My reply to myself as an update was here:
http://ma.tt/2015/11/dance-to-calypso/#comment-584963

Thankfully, Andrew at GitHub has decided to reinstate my profile. Whew. :-) So that link mentioned above is now working for others who are interested in Facebook-scale licensing issue and React vs. Mithril. It was obviously disconcerting to see years of work disappear in terms of telling people to go to some place to get code or talk about it. That experience is something to reflect further on for everyone — how easy it is for a big centralized service you’ve become dependent on to suddenly cut you off or disappear (whether it folds for business reasons or for legal reasons like patents, or whether it cuts you off because of something you said that a spam-detecting robot did not like). Decentralization is one reason I like WordPress so much over, say, Facebook or Google+. Even when hosting at WordPress.com, you can move the site to other hosting and it will look pretty much the same (well, with some needed plugins perhaps). WordPress.com will even help you do that (for a fee). You can’t do that with Facebook, Google+, or even GitHub.

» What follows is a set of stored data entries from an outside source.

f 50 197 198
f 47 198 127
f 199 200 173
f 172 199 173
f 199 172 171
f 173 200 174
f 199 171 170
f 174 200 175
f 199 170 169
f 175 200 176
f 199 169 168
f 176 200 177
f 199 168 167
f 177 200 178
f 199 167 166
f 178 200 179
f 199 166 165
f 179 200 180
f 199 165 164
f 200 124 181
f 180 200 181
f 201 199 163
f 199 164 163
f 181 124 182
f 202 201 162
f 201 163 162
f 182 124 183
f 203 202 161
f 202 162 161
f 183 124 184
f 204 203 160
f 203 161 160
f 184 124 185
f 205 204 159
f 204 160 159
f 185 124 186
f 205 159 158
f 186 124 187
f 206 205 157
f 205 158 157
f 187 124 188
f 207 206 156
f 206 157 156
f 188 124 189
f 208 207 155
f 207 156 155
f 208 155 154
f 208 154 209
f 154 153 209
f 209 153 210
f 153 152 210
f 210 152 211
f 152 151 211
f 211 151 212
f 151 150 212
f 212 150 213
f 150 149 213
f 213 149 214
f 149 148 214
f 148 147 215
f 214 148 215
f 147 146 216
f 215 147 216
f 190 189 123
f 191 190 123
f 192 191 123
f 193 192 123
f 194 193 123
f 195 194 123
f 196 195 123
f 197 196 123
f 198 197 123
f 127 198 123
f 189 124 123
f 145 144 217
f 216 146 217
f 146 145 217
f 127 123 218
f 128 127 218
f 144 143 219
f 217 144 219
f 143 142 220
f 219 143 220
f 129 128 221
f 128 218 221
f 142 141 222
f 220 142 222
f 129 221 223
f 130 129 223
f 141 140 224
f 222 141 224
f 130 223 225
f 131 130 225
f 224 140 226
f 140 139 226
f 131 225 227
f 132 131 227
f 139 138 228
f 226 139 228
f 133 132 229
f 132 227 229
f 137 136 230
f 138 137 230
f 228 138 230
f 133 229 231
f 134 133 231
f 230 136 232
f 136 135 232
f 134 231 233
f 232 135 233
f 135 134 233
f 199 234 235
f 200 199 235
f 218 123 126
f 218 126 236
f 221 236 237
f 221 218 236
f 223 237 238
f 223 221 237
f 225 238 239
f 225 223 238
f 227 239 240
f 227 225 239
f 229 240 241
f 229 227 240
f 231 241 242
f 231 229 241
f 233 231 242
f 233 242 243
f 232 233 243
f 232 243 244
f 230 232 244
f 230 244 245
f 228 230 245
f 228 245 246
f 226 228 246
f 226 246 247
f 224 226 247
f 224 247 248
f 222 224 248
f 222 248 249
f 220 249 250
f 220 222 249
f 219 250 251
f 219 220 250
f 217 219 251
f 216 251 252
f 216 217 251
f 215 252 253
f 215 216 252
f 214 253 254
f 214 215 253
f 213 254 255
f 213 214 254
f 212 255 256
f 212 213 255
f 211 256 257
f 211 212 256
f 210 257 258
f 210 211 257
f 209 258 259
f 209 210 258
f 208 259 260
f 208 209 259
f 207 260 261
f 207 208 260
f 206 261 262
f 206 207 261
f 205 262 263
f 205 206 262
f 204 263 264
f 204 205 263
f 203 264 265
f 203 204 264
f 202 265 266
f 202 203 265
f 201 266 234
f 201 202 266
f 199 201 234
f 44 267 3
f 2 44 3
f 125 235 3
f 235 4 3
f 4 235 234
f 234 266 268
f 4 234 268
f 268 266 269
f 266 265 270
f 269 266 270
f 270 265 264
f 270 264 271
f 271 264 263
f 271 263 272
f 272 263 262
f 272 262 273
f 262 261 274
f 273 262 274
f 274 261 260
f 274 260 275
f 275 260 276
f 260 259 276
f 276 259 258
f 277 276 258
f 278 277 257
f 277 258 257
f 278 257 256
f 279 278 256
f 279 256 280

For example, months ago I asked GitHub why I could not get copies of issues or posts that I had made emailed to me as notifications as I created them. They did not have much of an answer for me. Their position seems to be that the current system only “notifies” you about changes you did not make (because any change you made you already know about, so their is no point in “notifying” you about it). Which conveniently contributes to vendor lock in as well, since it is not easily possible to have a full record of a GitHub project maintained as changes are made — unlike, say, WordPress where you can be asked to be emailed about all changes to a site. (Although it is true you can manually download web pages from GitHub with issues.) I did choose to use GitHub issues for one project, but I can wonder if that will ultimately turn out to be a mistake, as like above, when the whole thing just disappears and I don’t have a complete record of all issues? As Mr. Rogers sings: “What do you do with the mad that you feel?” That is true even when you feel mad with yourself about some dumb decision you made out of convenience without enough forethought… :-)

To link this back to the Calypso project, imagine something like GitHub but running as decentralized social semantic desktop software under Calypso where you could easily move the entire project from one hosting provide to another, issues and all. :-) And maybe with just a little Domain Name System (DNS) magic similar to moving web hosting providers. To me, that is the ultimate potential of something like Calypso when considered broadly — to make all sorts of sophisticated collaborative software easier to write and maintain.